The goal of Complex Logic Decomposition pattern is to simplify data processing logic. Hence, instead of writing all the logic inside one application and deploy all of it with a distributed data processing framework, you will rather opt for a divide-and-conquer approach. The logic will be then split into smaller and much easier to understand applications.

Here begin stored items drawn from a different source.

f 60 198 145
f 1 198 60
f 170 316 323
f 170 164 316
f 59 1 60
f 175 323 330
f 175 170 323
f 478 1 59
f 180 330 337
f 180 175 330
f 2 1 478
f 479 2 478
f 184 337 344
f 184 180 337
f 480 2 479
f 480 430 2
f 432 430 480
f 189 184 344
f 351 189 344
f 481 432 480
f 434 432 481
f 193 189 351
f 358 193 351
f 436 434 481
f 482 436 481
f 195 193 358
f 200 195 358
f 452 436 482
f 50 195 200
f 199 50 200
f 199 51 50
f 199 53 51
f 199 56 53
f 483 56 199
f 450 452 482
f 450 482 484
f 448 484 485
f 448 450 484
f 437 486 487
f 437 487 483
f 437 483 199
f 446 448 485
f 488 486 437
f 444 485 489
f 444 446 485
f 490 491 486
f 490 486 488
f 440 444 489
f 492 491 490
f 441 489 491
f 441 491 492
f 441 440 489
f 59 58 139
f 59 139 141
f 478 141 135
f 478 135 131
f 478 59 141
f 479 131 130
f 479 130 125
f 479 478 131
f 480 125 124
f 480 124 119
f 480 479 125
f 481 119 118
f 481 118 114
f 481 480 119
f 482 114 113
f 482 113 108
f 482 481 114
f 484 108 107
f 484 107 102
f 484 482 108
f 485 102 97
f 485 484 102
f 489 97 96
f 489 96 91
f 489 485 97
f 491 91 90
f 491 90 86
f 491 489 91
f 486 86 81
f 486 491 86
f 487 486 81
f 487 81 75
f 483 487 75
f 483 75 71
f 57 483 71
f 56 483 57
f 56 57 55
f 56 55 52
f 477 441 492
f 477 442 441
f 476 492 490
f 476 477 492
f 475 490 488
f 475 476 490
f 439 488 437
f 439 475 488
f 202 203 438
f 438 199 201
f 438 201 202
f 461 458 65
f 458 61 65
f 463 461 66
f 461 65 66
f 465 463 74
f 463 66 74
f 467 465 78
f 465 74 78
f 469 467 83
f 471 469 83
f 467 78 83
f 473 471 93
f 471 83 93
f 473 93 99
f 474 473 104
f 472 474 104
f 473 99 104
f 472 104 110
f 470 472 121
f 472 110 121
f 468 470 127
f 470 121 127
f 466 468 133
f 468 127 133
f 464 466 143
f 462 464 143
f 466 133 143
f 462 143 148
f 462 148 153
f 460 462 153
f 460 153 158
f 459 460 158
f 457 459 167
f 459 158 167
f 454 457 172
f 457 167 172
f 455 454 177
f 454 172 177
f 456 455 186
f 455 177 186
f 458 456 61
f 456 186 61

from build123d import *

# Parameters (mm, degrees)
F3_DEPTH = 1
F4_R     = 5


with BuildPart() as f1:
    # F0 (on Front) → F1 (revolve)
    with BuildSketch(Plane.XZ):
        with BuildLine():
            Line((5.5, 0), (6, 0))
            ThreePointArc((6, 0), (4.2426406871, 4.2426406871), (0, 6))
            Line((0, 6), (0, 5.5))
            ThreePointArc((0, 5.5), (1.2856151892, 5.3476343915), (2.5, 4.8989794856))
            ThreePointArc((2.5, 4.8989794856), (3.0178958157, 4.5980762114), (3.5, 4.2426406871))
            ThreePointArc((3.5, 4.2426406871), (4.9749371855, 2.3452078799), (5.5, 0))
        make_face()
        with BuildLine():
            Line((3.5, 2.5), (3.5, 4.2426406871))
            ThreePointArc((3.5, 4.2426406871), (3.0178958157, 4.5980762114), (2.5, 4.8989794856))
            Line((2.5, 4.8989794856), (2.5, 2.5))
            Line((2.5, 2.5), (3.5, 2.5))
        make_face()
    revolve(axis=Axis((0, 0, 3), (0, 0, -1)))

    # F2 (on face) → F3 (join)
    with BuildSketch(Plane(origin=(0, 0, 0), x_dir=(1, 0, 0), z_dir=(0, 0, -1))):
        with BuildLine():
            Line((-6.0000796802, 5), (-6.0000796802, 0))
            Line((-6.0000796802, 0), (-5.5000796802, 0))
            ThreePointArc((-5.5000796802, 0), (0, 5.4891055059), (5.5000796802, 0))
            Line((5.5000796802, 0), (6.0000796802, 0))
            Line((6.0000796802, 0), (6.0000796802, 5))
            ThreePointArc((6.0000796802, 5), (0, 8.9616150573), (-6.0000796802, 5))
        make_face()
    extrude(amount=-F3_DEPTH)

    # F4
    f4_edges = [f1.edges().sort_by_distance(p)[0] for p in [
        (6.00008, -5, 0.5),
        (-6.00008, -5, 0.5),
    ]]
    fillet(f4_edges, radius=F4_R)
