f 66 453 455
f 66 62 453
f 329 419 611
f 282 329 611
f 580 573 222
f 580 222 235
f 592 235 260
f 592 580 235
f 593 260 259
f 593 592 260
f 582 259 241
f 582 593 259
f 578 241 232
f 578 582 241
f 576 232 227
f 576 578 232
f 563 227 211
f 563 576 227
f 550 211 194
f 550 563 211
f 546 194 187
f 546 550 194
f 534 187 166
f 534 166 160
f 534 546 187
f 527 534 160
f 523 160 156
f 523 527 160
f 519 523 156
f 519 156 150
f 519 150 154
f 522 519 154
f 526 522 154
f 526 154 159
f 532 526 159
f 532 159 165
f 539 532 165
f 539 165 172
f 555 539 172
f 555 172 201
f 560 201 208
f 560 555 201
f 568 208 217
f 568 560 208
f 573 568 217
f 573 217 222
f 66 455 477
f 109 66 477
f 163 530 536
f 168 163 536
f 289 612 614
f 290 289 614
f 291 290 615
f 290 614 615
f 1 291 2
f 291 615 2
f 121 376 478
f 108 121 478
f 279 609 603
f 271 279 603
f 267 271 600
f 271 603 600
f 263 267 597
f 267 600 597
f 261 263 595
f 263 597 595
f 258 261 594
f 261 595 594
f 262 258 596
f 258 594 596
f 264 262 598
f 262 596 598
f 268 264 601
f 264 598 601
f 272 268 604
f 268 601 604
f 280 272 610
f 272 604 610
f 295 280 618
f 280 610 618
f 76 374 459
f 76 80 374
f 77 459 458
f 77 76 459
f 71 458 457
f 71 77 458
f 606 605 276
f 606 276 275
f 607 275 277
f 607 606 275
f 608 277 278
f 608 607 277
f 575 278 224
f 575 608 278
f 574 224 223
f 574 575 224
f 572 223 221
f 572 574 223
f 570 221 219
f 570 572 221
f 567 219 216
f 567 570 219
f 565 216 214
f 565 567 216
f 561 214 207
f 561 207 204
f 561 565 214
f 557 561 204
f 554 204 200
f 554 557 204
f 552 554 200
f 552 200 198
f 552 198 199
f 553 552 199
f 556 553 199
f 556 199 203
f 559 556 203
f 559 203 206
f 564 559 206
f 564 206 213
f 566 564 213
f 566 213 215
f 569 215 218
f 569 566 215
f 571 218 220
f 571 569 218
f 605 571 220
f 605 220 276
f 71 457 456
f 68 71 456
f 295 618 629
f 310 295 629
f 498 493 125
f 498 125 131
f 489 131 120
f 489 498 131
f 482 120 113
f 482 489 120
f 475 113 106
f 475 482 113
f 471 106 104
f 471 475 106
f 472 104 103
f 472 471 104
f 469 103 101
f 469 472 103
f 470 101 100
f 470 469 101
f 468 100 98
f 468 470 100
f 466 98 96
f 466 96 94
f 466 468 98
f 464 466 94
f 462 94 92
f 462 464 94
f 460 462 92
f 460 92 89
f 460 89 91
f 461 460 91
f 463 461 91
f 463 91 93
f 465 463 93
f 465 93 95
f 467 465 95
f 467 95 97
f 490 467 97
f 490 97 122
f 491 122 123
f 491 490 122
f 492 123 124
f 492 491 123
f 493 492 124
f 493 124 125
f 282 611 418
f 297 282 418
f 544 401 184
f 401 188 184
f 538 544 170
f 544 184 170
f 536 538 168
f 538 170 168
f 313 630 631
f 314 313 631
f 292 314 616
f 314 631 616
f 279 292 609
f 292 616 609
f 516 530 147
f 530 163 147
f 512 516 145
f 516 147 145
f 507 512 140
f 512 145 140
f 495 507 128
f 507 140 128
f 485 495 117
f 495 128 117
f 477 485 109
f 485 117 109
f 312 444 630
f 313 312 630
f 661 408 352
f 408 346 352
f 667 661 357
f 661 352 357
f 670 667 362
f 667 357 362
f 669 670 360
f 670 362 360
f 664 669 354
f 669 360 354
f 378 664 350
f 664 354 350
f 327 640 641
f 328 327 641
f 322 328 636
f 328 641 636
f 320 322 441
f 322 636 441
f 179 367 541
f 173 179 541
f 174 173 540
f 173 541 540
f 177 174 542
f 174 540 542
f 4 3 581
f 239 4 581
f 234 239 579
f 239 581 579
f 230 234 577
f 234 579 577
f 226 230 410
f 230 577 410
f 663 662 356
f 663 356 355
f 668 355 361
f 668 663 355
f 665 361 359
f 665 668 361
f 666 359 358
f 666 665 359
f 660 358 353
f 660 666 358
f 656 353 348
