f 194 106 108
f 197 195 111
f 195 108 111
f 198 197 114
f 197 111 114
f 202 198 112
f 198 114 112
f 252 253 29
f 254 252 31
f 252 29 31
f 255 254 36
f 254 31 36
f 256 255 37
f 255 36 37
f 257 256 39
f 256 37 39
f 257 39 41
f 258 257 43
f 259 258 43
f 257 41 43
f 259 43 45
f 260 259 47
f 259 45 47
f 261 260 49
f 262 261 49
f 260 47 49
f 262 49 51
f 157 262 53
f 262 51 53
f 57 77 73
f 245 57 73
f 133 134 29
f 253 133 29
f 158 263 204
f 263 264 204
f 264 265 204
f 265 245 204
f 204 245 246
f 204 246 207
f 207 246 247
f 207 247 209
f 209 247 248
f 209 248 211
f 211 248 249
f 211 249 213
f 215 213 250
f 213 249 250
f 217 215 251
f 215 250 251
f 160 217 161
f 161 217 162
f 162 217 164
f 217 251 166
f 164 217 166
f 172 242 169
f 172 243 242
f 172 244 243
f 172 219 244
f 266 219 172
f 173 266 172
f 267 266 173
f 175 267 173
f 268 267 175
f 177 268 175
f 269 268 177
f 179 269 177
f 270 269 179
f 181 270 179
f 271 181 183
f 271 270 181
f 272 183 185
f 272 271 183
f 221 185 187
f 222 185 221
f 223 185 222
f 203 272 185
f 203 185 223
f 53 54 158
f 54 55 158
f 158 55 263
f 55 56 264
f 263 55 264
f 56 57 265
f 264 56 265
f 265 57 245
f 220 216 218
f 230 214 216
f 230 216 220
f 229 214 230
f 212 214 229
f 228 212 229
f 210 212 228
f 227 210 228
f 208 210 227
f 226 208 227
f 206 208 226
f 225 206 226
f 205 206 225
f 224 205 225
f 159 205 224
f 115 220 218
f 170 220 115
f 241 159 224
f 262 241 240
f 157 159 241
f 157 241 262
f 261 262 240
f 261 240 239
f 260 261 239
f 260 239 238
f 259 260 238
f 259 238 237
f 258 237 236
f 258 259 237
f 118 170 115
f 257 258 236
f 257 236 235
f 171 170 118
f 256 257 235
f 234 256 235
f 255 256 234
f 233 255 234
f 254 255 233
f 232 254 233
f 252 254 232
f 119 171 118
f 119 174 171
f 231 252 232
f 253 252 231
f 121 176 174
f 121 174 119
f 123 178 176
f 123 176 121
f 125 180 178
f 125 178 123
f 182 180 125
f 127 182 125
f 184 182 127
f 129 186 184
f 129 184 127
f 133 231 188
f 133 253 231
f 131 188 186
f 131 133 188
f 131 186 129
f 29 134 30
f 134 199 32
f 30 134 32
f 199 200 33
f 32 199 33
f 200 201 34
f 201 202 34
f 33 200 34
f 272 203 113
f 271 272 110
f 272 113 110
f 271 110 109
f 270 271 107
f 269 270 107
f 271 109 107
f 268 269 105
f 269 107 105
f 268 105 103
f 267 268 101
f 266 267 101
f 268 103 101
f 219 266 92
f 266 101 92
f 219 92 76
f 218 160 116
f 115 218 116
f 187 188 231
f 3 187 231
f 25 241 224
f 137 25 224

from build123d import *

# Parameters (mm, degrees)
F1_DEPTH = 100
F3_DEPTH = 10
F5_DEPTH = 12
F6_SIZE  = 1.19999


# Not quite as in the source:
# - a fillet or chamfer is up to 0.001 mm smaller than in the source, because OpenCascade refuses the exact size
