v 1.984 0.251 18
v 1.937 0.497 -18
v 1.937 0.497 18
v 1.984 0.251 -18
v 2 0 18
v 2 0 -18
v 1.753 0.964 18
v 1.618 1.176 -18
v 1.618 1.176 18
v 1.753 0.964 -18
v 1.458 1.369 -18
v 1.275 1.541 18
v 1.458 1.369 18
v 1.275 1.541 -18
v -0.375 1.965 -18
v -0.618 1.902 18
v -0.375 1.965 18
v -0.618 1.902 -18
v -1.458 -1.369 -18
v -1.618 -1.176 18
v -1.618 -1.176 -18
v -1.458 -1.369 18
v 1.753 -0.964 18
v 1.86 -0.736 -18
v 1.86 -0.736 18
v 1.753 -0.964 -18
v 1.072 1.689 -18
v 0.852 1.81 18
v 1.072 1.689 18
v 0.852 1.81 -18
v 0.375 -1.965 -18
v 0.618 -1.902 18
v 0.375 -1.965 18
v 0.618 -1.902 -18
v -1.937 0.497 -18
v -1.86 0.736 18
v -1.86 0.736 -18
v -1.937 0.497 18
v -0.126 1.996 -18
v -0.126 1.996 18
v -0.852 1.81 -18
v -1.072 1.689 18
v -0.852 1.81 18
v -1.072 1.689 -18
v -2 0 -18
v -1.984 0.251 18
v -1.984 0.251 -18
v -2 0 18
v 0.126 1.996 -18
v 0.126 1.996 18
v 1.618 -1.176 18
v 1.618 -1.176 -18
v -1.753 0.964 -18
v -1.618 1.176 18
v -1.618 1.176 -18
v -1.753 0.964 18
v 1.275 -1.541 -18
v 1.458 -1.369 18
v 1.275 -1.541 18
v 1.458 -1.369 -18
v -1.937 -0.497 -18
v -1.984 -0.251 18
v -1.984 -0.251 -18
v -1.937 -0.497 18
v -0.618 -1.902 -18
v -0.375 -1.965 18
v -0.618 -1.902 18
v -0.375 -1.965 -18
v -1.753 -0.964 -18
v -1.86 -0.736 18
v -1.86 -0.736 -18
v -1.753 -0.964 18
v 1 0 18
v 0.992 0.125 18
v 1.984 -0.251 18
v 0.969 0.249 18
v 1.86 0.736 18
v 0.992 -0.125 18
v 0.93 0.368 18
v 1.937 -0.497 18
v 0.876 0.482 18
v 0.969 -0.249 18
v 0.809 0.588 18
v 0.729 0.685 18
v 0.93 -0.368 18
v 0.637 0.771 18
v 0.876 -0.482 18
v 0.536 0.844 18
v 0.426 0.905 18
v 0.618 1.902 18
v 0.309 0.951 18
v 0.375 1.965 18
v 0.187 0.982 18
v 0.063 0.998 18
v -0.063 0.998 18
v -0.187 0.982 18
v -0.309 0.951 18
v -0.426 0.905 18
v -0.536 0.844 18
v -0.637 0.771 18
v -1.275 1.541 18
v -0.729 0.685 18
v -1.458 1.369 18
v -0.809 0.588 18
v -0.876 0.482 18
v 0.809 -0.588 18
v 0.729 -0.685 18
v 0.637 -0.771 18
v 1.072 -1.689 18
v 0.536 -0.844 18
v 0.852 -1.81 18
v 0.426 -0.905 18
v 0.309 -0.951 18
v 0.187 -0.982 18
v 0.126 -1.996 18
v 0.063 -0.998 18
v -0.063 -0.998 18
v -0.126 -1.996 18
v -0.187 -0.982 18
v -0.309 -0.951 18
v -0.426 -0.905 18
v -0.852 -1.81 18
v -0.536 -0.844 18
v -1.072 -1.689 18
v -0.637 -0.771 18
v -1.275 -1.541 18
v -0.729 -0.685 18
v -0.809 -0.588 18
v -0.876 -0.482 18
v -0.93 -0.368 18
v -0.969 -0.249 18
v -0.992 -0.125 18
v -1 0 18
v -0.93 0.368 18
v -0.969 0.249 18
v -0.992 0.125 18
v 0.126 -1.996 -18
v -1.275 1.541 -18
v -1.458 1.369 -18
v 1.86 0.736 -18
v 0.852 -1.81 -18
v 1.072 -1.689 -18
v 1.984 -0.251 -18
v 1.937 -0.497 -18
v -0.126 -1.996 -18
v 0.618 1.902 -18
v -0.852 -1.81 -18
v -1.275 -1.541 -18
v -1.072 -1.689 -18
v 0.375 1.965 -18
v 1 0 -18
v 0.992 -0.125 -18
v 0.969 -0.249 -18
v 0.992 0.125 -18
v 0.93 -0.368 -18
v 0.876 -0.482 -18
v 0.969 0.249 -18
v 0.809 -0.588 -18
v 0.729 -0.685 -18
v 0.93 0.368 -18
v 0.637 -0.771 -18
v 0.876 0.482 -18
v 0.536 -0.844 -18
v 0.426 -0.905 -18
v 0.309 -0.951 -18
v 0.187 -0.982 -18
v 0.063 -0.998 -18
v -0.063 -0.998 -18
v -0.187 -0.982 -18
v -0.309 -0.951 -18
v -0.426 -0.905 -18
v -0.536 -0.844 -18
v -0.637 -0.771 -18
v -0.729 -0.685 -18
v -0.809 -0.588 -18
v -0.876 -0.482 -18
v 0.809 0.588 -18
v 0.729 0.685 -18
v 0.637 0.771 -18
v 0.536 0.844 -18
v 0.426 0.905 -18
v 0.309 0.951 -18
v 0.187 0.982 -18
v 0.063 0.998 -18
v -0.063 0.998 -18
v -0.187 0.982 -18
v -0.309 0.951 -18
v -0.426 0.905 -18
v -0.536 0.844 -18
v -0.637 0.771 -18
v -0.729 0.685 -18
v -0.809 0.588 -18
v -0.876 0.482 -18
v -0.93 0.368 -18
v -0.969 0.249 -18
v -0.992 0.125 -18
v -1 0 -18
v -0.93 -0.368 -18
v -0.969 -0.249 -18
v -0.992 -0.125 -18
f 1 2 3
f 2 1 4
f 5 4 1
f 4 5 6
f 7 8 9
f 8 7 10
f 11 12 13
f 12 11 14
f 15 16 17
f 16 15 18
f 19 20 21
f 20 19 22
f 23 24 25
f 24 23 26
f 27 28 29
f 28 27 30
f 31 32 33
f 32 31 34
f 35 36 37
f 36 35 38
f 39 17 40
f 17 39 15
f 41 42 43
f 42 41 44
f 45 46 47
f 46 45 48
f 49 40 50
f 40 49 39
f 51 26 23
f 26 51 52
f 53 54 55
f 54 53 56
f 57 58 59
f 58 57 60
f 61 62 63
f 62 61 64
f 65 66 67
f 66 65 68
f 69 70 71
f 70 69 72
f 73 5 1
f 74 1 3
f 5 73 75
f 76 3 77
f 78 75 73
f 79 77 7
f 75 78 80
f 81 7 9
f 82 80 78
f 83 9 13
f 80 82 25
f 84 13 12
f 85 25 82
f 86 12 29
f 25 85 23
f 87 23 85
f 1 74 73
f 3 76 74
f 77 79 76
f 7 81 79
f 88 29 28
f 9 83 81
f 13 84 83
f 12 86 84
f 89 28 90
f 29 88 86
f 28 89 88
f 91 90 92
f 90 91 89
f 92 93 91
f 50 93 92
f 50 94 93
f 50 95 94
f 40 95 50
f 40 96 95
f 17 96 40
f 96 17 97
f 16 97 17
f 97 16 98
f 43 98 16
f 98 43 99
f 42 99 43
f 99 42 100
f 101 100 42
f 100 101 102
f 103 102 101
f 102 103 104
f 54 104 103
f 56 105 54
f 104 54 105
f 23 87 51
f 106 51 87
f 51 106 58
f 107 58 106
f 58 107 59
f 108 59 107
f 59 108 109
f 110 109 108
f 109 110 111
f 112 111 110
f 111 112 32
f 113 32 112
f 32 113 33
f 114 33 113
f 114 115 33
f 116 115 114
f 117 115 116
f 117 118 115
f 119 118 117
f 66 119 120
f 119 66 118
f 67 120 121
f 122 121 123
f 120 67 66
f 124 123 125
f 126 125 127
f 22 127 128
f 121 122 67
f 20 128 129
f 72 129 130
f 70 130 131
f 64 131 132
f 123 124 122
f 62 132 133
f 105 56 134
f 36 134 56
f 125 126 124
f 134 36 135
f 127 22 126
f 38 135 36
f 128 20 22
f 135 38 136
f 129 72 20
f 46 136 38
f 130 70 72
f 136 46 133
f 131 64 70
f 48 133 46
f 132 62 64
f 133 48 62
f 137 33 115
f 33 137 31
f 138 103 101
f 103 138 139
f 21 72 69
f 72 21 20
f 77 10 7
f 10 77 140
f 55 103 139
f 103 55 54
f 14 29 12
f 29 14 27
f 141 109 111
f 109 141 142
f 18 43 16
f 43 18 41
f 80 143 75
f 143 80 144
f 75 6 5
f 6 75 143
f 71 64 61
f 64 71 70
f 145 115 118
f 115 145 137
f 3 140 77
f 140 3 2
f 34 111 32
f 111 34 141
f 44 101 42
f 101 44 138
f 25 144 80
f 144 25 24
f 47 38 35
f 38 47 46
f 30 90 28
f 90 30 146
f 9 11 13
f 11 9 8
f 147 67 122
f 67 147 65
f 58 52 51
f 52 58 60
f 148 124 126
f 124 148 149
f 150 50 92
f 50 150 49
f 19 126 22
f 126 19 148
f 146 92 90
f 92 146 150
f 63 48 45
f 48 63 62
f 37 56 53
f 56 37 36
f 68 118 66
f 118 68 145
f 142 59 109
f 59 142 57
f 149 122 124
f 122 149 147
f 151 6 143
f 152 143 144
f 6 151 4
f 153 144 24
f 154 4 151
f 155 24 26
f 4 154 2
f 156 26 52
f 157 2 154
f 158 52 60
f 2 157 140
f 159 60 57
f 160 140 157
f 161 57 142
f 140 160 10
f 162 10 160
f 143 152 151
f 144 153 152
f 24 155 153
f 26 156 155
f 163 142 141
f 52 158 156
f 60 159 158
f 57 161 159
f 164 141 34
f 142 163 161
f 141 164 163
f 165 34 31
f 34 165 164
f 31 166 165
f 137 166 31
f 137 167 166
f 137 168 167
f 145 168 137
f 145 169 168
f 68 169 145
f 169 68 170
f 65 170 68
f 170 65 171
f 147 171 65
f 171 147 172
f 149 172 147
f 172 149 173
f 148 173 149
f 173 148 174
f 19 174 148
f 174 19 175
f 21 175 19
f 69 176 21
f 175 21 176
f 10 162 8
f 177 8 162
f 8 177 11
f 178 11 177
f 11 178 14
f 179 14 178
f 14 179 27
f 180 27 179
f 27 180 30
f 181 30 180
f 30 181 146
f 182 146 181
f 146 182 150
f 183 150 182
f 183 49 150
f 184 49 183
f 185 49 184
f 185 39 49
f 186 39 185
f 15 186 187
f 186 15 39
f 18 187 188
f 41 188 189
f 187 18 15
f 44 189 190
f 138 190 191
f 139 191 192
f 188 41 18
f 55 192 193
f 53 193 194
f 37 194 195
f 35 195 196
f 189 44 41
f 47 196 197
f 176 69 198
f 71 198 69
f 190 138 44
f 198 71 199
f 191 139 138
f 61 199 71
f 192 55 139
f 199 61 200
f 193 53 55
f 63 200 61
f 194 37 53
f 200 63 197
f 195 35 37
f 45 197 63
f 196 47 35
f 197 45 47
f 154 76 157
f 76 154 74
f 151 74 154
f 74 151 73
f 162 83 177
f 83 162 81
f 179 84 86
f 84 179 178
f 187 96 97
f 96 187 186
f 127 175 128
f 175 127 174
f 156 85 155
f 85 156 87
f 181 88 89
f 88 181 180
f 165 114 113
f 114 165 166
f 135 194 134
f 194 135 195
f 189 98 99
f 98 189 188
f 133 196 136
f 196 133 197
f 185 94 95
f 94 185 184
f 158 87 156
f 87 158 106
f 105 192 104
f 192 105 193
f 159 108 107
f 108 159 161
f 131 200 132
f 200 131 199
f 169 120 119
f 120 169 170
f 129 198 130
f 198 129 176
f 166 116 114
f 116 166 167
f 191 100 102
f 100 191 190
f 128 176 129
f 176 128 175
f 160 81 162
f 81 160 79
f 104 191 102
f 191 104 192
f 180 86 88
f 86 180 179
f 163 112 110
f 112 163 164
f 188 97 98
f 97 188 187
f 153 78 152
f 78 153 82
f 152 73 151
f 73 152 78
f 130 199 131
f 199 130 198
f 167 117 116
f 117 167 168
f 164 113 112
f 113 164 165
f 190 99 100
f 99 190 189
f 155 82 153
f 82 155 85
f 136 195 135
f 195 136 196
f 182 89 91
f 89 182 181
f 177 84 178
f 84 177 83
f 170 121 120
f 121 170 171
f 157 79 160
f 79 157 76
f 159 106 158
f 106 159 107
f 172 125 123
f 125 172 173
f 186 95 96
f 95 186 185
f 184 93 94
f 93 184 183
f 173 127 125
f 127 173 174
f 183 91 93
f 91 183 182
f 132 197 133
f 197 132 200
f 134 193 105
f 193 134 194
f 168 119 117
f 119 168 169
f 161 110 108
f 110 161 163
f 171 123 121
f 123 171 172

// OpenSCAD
$fn = 50;


difference() {
	union() {
		translate(v = [0, 0, -18.0000000000]) {
			cylinder(h = 36, r = 2.0000000000);
		}
	}
	union() {
		translate(v = [0, 0, -100.0000000000]) {
			cylinder(h = 200, r = 1.0000000000);
		}
	}
}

A good use case of this pattern is the situation where you have to process the data in different paradigms, like with iterative and not iterative algorithms. Instead of combining the logic of them inside one program, you can locate them in 2 different steps. It will allow you to run these steps concurrently and do whatever you want with generated results in a kind of merge step.

Example

Fortunately, implementation of Complex Logic Decomposition pattern is quite easy with modern orchestration tools. With Apache Airflow you can define it like this:

with dag:
    graph_data_update = PythonOperator(
        task_id='update_graph_data',
        python_callable=update_graph_data)
    pregel_computation = PythonOperator(
        task_id='pregel_computation',
        python_callable=execute_pregel)
    sql_aggregator = PythonOperator(
        task_id='sql_aggregator',
        python_callable=aggregate_with_sql)
    graph_sql_results_reducer = PythonOperator(
        task_id='graph_sql_results_reducer',
        python_callable=merge_results)

    graph_data_update >> pregel_computation >> graph_sql_results_reducer
    sql_aggregator >> graph_sql_results_reducer

The pattern increases readability but it can also have a bad impact on the performance. Let's take the example of an Apache Spark SQL pipeline. If your 2 "branches" use the same input dataset, keeping it inside Apache Spark you can benefit from faster data access since it can be kept in memory between the jobs. Otherwise, you will need to read them from their primary store and very often this input loading step is one of the longest ones. So like always, it's up to you to make a decision about trade-offs performance vs isolation.

To wrap-up, the pattern works well in the cases where you have separate datasets that must be merged or when the data must be computed with different paradigms (e.g. iterative and not iterative). In such a case, decomposing the workflow should help not only to understand it better but very likely to execute it in parallel and optimize it. On the other side, when the input dataset is shared by the logic, decomposing it may have a negative impact on the overall performance.